Someone reminded me today that ‘Anxiety lies to you’. That’s true, and convincingly too.
There’s a hollowness I can’t really explain that comes into me when I have an attack of Anxiety (not a panic attack, which is different). I don’t feel like a whole person, it’s as if there’s something missing from me in the centre of my body between my stomach and lungs. I’m not even sure what’s there in the physical body, probably not a gaping chasm though.
In the past I’ve let Anxiety tell me so many negative things about myself, the kind of person I am, about my relationships with family, friends and partners. I’ve spun myself down into a deep well of self-pity that at times felt impossible to climb out of.
I’ve done the therapy sessions, I’ve learned and practiced the coping methods and I’ve been free of Anxiety’s suffocating presence for a long time so I thought I was in the clear. Then I made a couple of mistakes this weekend that opened a gap in my defences and allowed a relatively uncontroversial update on a social media platform to send me into a spiral.
The mistakes
- I didn’t make plans to spend time with or speak to anyone on Sunday, meaning I’d end up spending the whole day in my own company (and I’m not always my own best friend).
- I spent too long scrolling on social media, comparing myself to strangers on the internet rather than do any of the tasks from my to-do list.
- I didn’t go outside – experience has taught me that spending the whole day indoors is bad for my general sense of wellbeing, even if I’m not alone.
The trigger
Triggers are different for everyone, it could be a sound, a smell, a perceived slight or rebuke. What it is is much less important than your reaction to it, unless you’re trying to discover what your triggers are – or actively avoid them.
In this instance, the trigger was something that caused me to question my interpretation of the previous day’s event and my role in it.
The impact
As an experienced ruminator, on contact with the Trigger I did not pass GO and collect £200, but went straight into panic mode replaying each of my interactions from the previous day and trying to work out where I could have made an inexorable faux pas.
I wondered too how I could have misjudged the event so completely. At the time I thought it had been a wonderful adventure, but with Anxiety reframing the experience, my celebrations felt suddenly gauche and ridiculous.
"You are gauche and ridiculous. What business do YOU have joining clubs and signing up to races with people who actually can do the things? Imagine thinking you can do the things, you're a joke. And no one likes you anyway."

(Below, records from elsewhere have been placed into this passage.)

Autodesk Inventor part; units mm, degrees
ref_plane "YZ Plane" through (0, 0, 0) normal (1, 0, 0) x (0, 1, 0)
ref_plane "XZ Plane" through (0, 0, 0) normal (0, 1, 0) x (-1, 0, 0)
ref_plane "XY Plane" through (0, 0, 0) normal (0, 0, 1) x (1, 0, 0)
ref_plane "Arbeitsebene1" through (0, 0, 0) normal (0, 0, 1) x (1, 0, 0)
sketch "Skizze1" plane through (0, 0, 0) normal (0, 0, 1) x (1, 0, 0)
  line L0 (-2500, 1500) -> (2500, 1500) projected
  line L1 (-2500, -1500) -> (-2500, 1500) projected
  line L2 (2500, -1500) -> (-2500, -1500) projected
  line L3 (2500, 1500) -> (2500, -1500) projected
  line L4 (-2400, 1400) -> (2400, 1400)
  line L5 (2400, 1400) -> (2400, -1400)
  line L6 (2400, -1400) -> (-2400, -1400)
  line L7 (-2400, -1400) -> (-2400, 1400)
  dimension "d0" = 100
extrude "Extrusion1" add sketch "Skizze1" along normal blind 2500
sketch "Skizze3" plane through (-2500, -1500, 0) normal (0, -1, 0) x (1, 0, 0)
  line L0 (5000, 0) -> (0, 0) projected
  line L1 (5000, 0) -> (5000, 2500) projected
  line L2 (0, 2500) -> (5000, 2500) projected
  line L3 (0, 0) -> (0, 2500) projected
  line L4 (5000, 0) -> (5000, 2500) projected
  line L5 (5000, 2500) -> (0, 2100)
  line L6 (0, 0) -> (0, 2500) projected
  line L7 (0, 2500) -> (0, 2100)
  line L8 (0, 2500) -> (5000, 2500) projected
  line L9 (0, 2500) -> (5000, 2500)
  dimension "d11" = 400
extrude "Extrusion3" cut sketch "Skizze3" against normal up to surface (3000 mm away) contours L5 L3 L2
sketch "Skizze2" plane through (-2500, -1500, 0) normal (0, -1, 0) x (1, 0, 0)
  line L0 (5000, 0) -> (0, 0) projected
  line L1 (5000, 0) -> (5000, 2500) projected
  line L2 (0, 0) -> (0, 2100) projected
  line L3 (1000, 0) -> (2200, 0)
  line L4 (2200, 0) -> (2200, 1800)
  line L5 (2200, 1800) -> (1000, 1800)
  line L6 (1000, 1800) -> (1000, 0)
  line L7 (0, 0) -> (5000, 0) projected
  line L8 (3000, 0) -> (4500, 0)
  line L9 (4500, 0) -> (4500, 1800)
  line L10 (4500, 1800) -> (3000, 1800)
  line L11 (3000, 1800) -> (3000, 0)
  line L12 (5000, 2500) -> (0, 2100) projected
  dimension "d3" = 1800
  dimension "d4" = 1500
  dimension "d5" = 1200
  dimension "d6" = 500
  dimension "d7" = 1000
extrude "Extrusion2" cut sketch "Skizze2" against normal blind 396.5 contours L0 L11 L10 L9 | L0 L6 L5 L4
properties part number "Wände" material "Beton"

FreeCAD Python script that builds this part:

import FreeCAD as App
import Part
import Sketcher
from FreeCAD import Vector
Q = App.Units.Quantity

doc = App.newDocument("Part")
body = doc.addObject("PartDesign::Body", "Body")

# Sketch on XY plane
sketch1 = body.newObject("Sketcher::SketchObject", "Sketch")
sketch1.AttachmentSupport = (doc.getObject("XY_Plane"), [""])
sketch1.MapMode = "FlatFace"
sketch1.addGeometry(Part.LineSegment(Vector(2500, 1500, 0), Vector(-2500, 1500, 0)), False)
sketch1.addGeometry(Part.LineSegment(Vector(-2500, 1500, 0), Vector(-2500, -1500, 0)), False)
sketch1.addGeometry(Part.LineSegment(Vector(-2500, -1500, 0), Vector(2500, -1500, 0)), False)
sketch1.addGeometry(Part.LineSegment(Vector(2500, -1500, 0), Vector(2500, 1500, 0)), False)
sketch1.addGeometry(Part.LineSegment(Vector(-2400, -1400, 0), Vector(-2400, 1400, 0)), False)
sketch1.addGeometry(Part.LineSegment(Vector(-2400, 1400, 0), Vector(2400, 1400, 0)), False)
sketch1.addGeometry(Part.LineSegment(Vector(2400, 1400, 0), Vector(2400, -1400, 0)), False)
sketch1.addGeometry(Part.LineSegment(Vector(2400, -1400, 0), Vector(-2400, -1400, 0)), False)
sketch1.addConstraint(Sketcher.Constraint("Coincident", 0, 2, 1, 1))
sketch1.addConstraint(Sketcher.Constraint("Coincident", 1, 2, 2, 1))
sketch1.addConstraint(Sketcher.Constraint("Coincident", 2, 2, 3, 1))
sketch1.addConstraint(Sketcher.Constraint("Coincident", 3, 2, 0, 1))
sketch1.addConstraint(Sketcher.Constraint("Coincident", 4, 2, 5, 1))
sketch1.addConstraint(Sketcher.Constraint("Coincident", 5, 2, 6, 1))
sketch1.addConstraint(Sketcher.Constraint("Coincident", 6, 2, 7, 1))
sketch1.addConstraint(Sketcher.Constraint("Coincident", 7, 2, 4, 1))
sketch1.addConstraint(Sketcher.Constraint("Horizontal", 0))
sketch1.addConstraint(Sketcher.Constraint("Vertical", 1))
sketch1.addConstraint(Sketcher.Constraint("Horizontal", 2))
sketch1.addConstraint(Sketcher.Constraint("Vertical", 3))
sketch1.addConstraint(Sketcher.Constraint("Vertical", 4))
sketch1.addConstraint(Sketcher.Constraint("Horizontal", 5))
sketch1.addConstraint(Sketcher.Constraint("Vertical", 6))
sketch1.addConstraint(Sketcher.Constraint("Horizontal", 7))
sketch1.addConstraint(Sketcher.Constraint("Symmetric", 0, 2, 2, 2, -1, 1))
sketch1.addConstraint(Sketcher.Constraint("Symmetric", 4, 2, 6, 2, -1, 1))
sketch1.addConstraint(Sketcher.Constraint("DistanceX", 0, 2, 4, 2, Q("100 mm")))
sketch1.addConstraint(Sketcher.Constraint("DistanceY", 4, 2, 0, 2, Q("100 mm")))
sketch1.addConstraint(Sketcher.Constraint("DistanceX", 0, 2, 0, 1, Q("5000 mm")))
sketch1.addConstraint(Sketcher.Constraint("DistanceY", 1, 2, 1, 1, Q("3000 mm")))
pad1 = body.newObject("PartDesign::Pad", "Pad")
pad1.Profile = sketch1
pad1.Length = 2500

# Sketch on XZ plane
sketch2 = body.newObject("Sketcher::SketchObject", "Sketch001")
sketch2.AttachmentSupport = (doc.getObject("XZ_Plane"), [""])
sketch2.MapMode = "FlatFace"
sketch2.AttachmentOffset = App.Placement(Vector(0, 0, 1500), App.Rotation())
sketch2.addGeometry(Part.LineSegment(Vector(-2500, 2100, 0), Vector(2500, 2500, 0)), False)
sketch2.addGeometry(Part.LineSegment(Vector(2500, 2500, 0), Vector(-2500, 2500, 0)), False)
sketch2.addGeometry(Part.LineSegment(Vector(-2500, 2500, 0), Vector(-2500, 2100, 0)), False)
sketch2.addConstraint(Sketcher.Constraint("Coincident", 0, 2, 1, 1))
sketch2.addConstraint(Sketcher.Constraint("Coincident", 1, 2, 2, 1))
sketch2.addConstraint(Sketcher.Constraint("Coincident", 2, 2, 0, 1))
sketch2.addConstraint(Sketcher.Constraint("Horizontal", 1))
sketch2.addConstraint(Sketcher.Constraint("Vertical", 2))
sketch2.addConstraint(Sketcher.Constraint("DistanceY", 2, 2, 2, 1, Q("400 mm")))
sketch2.addConstraint(Sketcher.Constraint("DistanceX", 1, 2, 1, 1, Q("5000 mm")))
sketch2.addConstraint(Sketcher.Constraint("DistanceX", -1, 1, 0, 2, Q("2500 mm")))
sketch2.addConstraint(Sketcher.Constraint("DistanceY", -1, 1, 0, 2, Q("2500 mm")))
pocket1 = body.newObject("PartDesign::Pocket", "Pocket")
pocket1.Profile = sketch2
pocket1.Length = 3000

# Sketch on XZ plane
sketch3 = body.newObject("Sketcher::SketchObject", "Sketch002")
sketch3.AttachmentSupport = (doc.getObject("XZ_Plane"), [""])
sketch3.MapMode = "FlatFace"
sketch3.AttachmentOffset = App.Placement(Vector(0, 0, 1500), App.Rotation())
sketch3.addGeometry(Part.LineSegment(Vector(500, 0, 0), Vector(2000, 0, 0)), False)
sketch3.addGeometry(Part.LineSegment(Vector(2000, 0, 0), Vector(2000, 1800, 0)), False)
sketch3.addGeometry(Part.LineSegment(Vector(2000, 1800, 0), Vector(500, 1800, 0)), False)
sketch3.addGeometry(Part.LineSegment(Vector(500, 1800, 0), Vector(500, 0, 0)), False)
sketch3.addGeometry(Part.LineSegment(Vector(-1500, 0, 0), Vector(-300, 0, 0)), False)
sketch3.addGeometry(Part.LineSegment(Vector(-300, 0, 0), Vector(-300, 1800, 0)), False)
sketch3.addGeometry(Part.LineSegment(Vector(-300, 1800, 0), Vector(-1500, 1800, 0)), False)
sketch3.addGeometry(Part.LineSegment(Vector(-1500, 1800, 0), Vector(-1500, 0, 0)), False)
sketch3.addConstraint(Sketcher.Constraint("Coincident", 0, 2, 1, 1))
sketch3.addConstraint(Sketcher.Constraint("Coincident", 1, 2, 2, 1))
sketch3.addConstraint(Sketcher.Constraint("Coincident", 2, 2, 3, 1))
sketch3.addConstraint(Sketcher.Constraint("Coincident", 3, 2, 0, 1))
sketch3.addConstraint(Sketcher.Constraint("Coincident", 4, 2, 5, 1))
sketch3.addConstraint(Sketcher.Constraint("Coincident", 5, 2, 6, 1))
sketch3.addConstraint(Sketcher.Constraint("Coincident", 6, 2, 7, 1))
sketch3.addConstraint(Sketcher.Constraint("Coincident", 7, 2, 4, 1))
sketch3.addConstraint(Sketcher.Constraint("Horizontal", 0))
sketch3.addConstraint(Sketcher.Constraint("Vertical", 1))
sketch3.addConstraint(Sketcher.Constraint("Horizontal", 2))
sketch3.addConstraint(Sketcher.Constraint("Vertical", 3))
sketch3.addConstraint(Sketcher.Constraint("Horizontal", 4))
sketch3.addConstraint(Sketcher.Constraint("Vertical", 5))
sketch3.addConstraint(Sketcher.Constraint("Horizontal", 6))
sketch3.addConstraint(Sketcher.Constraint("Vertical", 7))
sketch3.addConstraint(Sketcher.Constraint("PointOnObject", 0, 2, -1))
sketch3.addConstraint(Sketcher.Constraint("PointOnObject", 4, 2, -1))
sketch3.addConstraint(Sketcher.Constraint("Horizontal", 2, 2, 5, 2))
sketch3.addConstraint(Sketcher.Constraint("DistanceX", 0, 1, 0, 2, Q("1500 mm")))
sketch3.addConstraint(Sketcher.Constraint("DistanceX", 4, 1, 4, 2, Q("1200 mm")))
sketch3.addConstraint(Sketcher.Constraint("DistanceY", 1, 1, 1, 2, Q("1800 mm")))
sketch3.addConstraint(Sketcher.Constraint("DistanceX", -1, 1, 2, 2, Q("500 mm")))
sketch3.addConstraint(Sketcher.Constraint("DistanceX", 6, 2, -1, 1, Q("1500 mm")))
pocket2 = body.newObject("PartDesign::Pocket", "Pocket001")
pocket2.Profile = sketch3
pocket2.Length = 396.5

doc.recompute()
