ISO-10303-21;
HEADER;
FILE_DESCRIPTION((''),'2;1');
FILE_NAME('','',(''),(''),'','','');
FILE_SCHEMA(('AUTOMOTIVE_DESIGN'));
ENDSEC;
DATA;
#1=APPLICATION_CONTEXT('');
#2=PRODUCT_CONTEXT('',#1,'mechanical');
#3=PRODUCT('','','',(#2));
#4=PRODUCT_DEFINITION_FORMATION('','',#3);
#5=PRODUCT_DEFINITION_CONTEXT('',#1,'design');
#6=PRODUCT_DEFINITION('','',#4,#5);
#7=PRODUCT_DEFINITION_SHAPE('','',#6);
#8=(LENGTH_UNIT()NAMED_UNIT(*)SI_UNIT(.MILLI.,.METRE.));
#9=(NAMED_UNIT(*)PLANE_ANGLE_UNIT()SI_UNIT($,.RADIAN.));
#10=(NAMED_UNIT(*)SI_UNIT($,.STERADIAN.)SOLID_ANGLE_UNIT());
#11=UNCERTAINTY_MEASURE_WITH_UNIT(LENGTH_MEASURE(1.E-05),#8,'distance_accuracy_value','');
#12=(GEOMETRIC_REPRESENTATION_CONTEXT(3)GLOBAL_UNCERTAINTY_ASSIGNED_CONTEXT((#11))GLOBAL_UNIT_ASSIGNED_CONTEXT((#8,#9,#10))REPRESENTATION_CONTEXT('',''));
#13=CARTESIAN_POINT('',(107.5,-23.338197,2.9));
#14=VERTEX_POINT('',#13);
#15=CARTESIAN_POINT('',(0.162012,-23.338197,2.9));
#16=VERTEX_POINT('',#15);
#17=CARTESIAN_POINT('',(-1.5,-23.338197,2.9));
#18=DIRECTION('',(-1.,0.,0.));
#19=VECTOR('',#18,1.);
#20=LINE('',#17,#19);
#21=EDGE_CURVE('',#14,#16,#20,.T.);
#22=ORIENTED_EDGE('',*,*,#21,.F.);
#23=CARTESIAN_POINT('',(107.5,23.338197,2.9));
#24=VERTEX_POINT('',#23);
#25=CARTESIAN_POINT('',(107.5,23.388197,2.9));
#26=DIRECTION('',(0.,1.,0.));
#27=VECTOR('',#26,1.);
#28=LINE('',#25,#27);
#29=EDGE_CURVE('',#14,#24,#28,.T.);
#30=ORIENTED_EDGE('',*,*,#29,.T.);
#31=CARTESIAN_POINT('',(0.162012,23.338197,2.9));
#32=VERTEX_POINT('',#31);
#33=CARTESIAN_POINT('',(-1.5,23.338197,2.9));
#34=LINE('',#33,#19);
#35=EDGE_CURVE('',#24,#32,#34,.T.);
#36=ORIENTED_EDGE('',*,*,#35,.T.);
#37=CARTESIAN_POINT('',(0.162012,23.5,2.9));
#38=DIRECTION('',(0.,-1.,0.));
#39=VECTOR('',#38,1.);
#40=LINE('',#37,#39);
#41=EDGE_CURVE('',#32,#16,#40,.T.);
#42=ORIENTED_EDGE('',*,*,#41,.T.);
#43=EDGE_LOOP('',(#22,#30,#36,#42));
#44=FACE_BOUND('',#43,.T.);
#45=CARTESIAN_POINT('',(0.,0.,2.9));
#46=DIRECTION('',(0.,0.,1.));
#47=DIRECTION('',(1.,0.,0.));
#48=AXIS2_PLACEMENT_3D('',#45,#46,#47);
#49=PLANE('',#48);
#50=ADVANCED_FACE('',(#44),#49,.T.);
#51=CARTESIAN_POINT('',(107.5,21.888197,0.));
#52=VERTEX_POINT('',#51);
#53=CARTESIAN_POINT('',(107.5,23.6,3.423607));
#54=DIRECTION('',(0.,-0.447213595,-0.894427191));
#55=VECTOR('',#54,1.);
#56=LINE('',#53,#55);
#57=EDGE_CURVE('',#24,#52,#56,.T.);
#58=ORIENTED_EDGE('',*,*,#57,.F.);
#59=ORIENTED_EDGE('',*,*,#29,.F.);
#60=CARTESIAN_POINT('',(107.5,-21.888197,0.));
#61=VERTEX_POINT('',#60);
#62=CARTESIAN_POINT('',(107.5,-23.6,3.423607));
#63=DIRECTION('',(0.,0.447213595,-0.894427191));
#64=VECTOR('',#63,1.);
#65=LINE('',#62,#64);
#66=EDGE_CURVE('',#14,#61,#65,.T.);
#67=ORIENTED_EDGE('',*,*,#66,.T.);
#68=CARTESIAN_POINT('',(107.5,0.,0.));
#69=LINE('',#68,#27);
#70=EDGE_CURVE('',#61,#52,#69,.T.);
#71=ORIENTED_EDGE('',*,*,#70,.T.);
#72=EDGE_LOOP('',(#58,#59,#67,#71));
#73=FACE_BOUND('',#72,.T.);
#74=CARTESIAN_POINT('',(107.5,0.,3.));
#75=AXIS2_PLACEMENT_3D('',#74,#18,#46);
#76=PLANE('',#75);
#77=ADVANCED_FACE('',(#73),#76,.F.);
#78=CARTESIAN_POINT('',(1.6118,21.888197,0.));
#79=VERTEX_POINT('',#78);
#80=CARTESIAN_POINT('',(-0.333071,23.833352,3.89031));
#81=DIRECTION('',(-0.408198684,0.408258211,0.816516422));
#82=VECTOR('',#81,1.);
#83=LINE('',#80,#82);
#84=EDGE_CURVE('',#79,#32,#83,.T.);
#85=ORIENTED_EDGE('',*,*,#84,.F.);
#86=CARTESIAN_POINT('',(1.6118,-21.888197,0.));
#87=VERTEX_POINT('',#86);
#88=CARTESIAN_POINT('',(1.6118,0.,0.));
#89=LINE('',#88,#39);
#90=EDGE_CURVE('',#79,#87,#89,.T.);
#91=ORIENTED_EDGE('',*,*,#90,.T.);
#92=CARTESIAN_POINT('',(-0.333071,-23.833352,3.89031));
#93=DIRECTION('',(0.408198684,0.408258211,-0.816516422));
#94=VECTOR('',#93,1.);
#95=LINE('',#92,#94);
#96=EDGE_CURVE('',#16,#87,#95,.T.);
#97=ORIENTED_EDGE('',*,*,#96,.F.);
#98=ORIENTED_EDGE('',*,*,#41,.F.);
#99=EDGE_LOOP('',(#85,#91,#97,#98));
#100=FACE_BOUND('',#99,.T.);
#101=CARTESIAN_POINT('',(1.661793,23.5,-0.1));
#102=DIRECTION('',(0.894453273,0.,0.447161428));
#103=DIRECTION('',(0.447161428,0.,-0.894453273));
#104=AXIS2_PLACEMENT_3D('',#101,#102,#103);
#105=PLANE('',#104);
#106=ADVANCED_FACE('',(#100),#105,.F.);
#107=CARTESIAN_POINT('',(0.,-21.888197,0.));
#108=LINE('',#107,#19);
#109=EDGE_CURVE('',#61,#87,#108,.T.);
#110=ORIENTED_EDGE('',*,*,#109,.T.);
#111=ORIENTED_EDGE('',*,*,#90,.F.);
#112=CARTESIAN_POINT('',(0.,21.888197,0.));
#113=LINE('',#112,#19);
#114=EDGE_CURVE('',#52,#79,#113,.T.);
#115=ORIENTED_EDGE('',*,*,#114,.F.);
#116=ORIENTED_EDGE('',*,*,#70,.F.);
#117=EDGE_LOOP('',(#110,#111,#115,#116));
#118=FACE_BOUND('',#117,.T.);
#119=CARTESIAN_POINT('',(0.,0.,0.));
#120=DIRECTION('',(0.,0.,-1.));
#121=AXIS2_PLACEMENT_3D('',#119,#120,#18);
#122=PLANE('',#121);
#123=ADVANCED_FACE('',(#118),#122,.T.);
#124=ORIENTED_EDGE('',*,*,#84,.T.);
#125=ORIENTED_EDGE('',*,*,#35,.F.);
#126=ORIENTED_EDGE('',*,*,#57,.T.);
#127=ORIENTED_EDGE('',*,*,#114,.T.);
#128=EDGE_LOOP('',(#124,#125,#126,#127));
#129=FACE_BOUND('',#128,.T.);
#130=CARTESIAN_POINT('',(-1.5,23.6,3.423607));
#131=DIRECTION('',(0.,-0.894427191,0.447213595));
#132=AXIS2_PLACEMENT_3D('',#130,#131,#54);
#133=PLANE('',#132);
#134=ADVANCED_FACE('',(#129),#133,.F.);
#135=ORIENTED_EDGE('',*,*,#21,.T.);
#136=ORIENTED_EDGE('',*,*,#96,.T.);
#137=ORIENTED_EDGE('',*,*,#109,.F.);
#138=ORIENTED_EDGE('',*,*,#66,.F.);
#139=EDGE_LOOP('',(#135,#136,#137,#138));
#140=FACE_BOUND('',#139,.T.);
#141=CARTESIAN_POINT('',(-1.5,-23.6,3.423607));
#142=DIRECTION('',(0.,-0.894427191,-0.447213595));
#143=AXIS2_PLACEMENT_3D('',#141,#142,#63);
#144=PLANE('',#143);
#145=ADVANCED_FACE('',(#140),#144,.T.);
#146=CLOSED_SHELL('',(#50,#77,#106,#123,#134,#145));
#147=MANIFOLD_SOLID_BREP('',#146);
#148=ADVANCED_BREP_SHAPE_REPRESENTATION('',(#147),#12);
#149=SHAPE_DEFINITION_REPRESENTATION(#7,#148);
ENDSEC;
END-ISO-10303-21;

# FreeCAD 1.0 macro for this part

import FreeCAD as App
import Part
import Sketcher
from FreeCAD import Vector


def add_polygon(sketch, points):
    """Adds a closed chain of lines whose ends are joined by coincident constraints."""
    first, n = sketch.GeometryCount, len(points)
    for a, b in zip(points, points[1:] + points[:1]):
        sketch.addGeometry(Part.LineSegment(App.Vector(*a, 0), App.Vector(*b, 0)), False)
    for i in range(n):
        sketch.addConstraint(Sketcher.Constraint("Coincident", first + i, 2, first + (i + 1) % n, 1))

doc = App.newDocument("Part")
body = doc.addObject("PartDesign::Body", "Body")

# Sketch on XY plane
sketch1 = body.newObject("Sketcher::SketchObject", "Sketch")
sketch1.AttachmentSupport = (doc.getObject("XY_Plane"), [""])
sketch1.MapMode = "FlatFace"
add_polygon(sketch1, [(0, 23.5), (0, 0), (107.5, 0), (107.5, 23.5)])  # lines 0-3
sketch1.addConstraint([
    Sketcher.Constraint("Vertical", 0),
    Sketcher.Constraint("Horizontal", 1),
    Sketcher.Constraint("Vertical", 2),
    Sketcher.Constraint("Horizontal", 3),
    Sketcher.Constraint("Coincident", 0, 2, -1, 1),
    Sketcher.Constraint("DistanceX", 1, 1, 1, 2, 107.5),
    Sketcher.Constraint("DistanceY", 0, 2, 0, 1, 23.5),
])
pad1 = body.newObject("PartDesign::Pad", "Pad")
pad1.Profile = sketch1
pad1.Length = 3

# Sketch on YZ plane
sketch2 = body.newObject("Sketcher::SketchObject", "Sketch001")
sketch2.AttachmentSupport = (doc.getObject("YZ_Plane"), [""])
sketch2.MapMode = "FlatFace"
sketch2.AttachmentOffset = App.Placement(Vector(0, 0, 107.5), App.Rotation())
add_polygon(sketch2, [(23.6, 3.423607), (21.838197, -0.1), (23.6, -0.1)])  # lines 0-2
sketch2.addConstraint([
    Sketcher.Constraint("Horizontal", 1),
    Sketcher.Constraint("Vertical", 2),
    Sketcher.Constraint("DistanceY", 0, 2, -1, 1, 0.1),
    Sketcher.Constraint("DistanceX", -1, 1, 1, 2, 23.6),
    Sketcher.Constraint("DistanceX", 1, 1, 1, 2, 1.761803),
    Sketcher.Constraint("DistanceY", 2, 1, 2, 2, 3.523607),
])
pocket1 = body.newObject("PartDesign::Pocket", "Pocket")
pocket1.Profile = sketch2
pocket1.Length = 109

# Sketch on XZ plane
sketch3 = body.newObject("Sketcher::SketchObject", "Sketch002")
sketch3.AttachmentSupport = (doc.getObject("XZ_Plane"), [""])
sketch3.MapMode = "FlatFace"
add_polygon(sketch3, [(-0.1, -0.1), (1.661793, -0.1), (-0.1, 3.4241)])  # lines 0-2
sketch3.addConstraint([
    Sketcher.Constraint("Horizontal", 0),
    Sketcher.Constraint("Vertical", 2),
    Sketcher.Constraint("DistanceY", 0, 2, -1, 1, 0.1),
    Sketcher.Constraint("DistanceX", 1, 2, -1, 1, 0.1),
    Sketcher.Constraint("DistanceY", 2, 2, 2, 1, 3.5241),
    Sketcher.Constraint("Distance", 1, 3.939948),
])
pocket2 = body.newObject("PartDesign::Pocket", "Pocket001")
pocket2.Profile = sketch3
pocket2.Length = 23.5

# Sketch on XY plane
sketch4 = body.newObject("Sketcher::SketchObject", "Sketch003")
sketch4.AttachmentSupport = (doc.getObject("XY_Plane"), [""])
sketch4.MapMode = "FlatFace"
sketch4.AttachmentOffset = App.Placement(Vector(0, 0, 3), App.Rotation())
add_polygon(sketch4, [(0.112019, 23.388197), (0.112019, 0), (107.5, 0), (107.5, 23.388197)])  # lines 0-3
sketch4.addConstraint([
    Sketcher.Constraint("Vertical", 0),
    Sketcher.Constraint("Horizontal", 1),
    Sketcher.Constraint("Vertical", 2),
    Sketcher.Constraint("Horizontal", 3),
    Sketcher.Constraint("PointOnObject", 0, 2, -1),
    Sketcher.Constraint("DistanceX", -1, 1, 1, 2, 107.5),
    Sketcher.Constraint("DistanceX", 1, 1, 1, 2, 107.387981),
    Sketcher.Constraint("DistanceY", 0, 2, 0, 1, 23.388197),
])
pocket3 = body.newObject("PartDesign::Pocket", "Pocket002")
pocket3.Profile = sketch4
pocket3.Length = 0.1
doc.recompute()

mirrored = body.newObject("PartDesign::Mirrored", "Mirrored")
mirrored.Originals = [pad1, pocket1, pocket2, pocket3]
mirrored.MirrorPlane = (doc.getObject("XZ_Plane"), [""])
body.Tip = mirrored

doc.recompute()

So you see how the spiral goes.
The cure
Just kidding, there’s no cure for Anxiety. It’s like herpes – get it once and it stays with you forever, waiting to pop-up when you’re a little run down, or when there’s a really important event coming up.
Still, it can be managed if you have the right tools – therapy will help you find out which ones work for you and how to use them. I’ve always found writing down how I feel helps me get it out of my mind and away from me. Today I’m also posting it here, maybe so someone can read it and perhaps feel less weird and lonely about their own experience.
Then I’ll try to remind myself of how far I’ve already come. Both in terms of the mental resilience I’ve built for myself since the dark swirling vortex of 2017, and in my physical ability to do hard things since I decided to run my first marathon just over two years ago.
Finally I’ll remember the words of the Buddha.
Pain is certain; suffering is optional.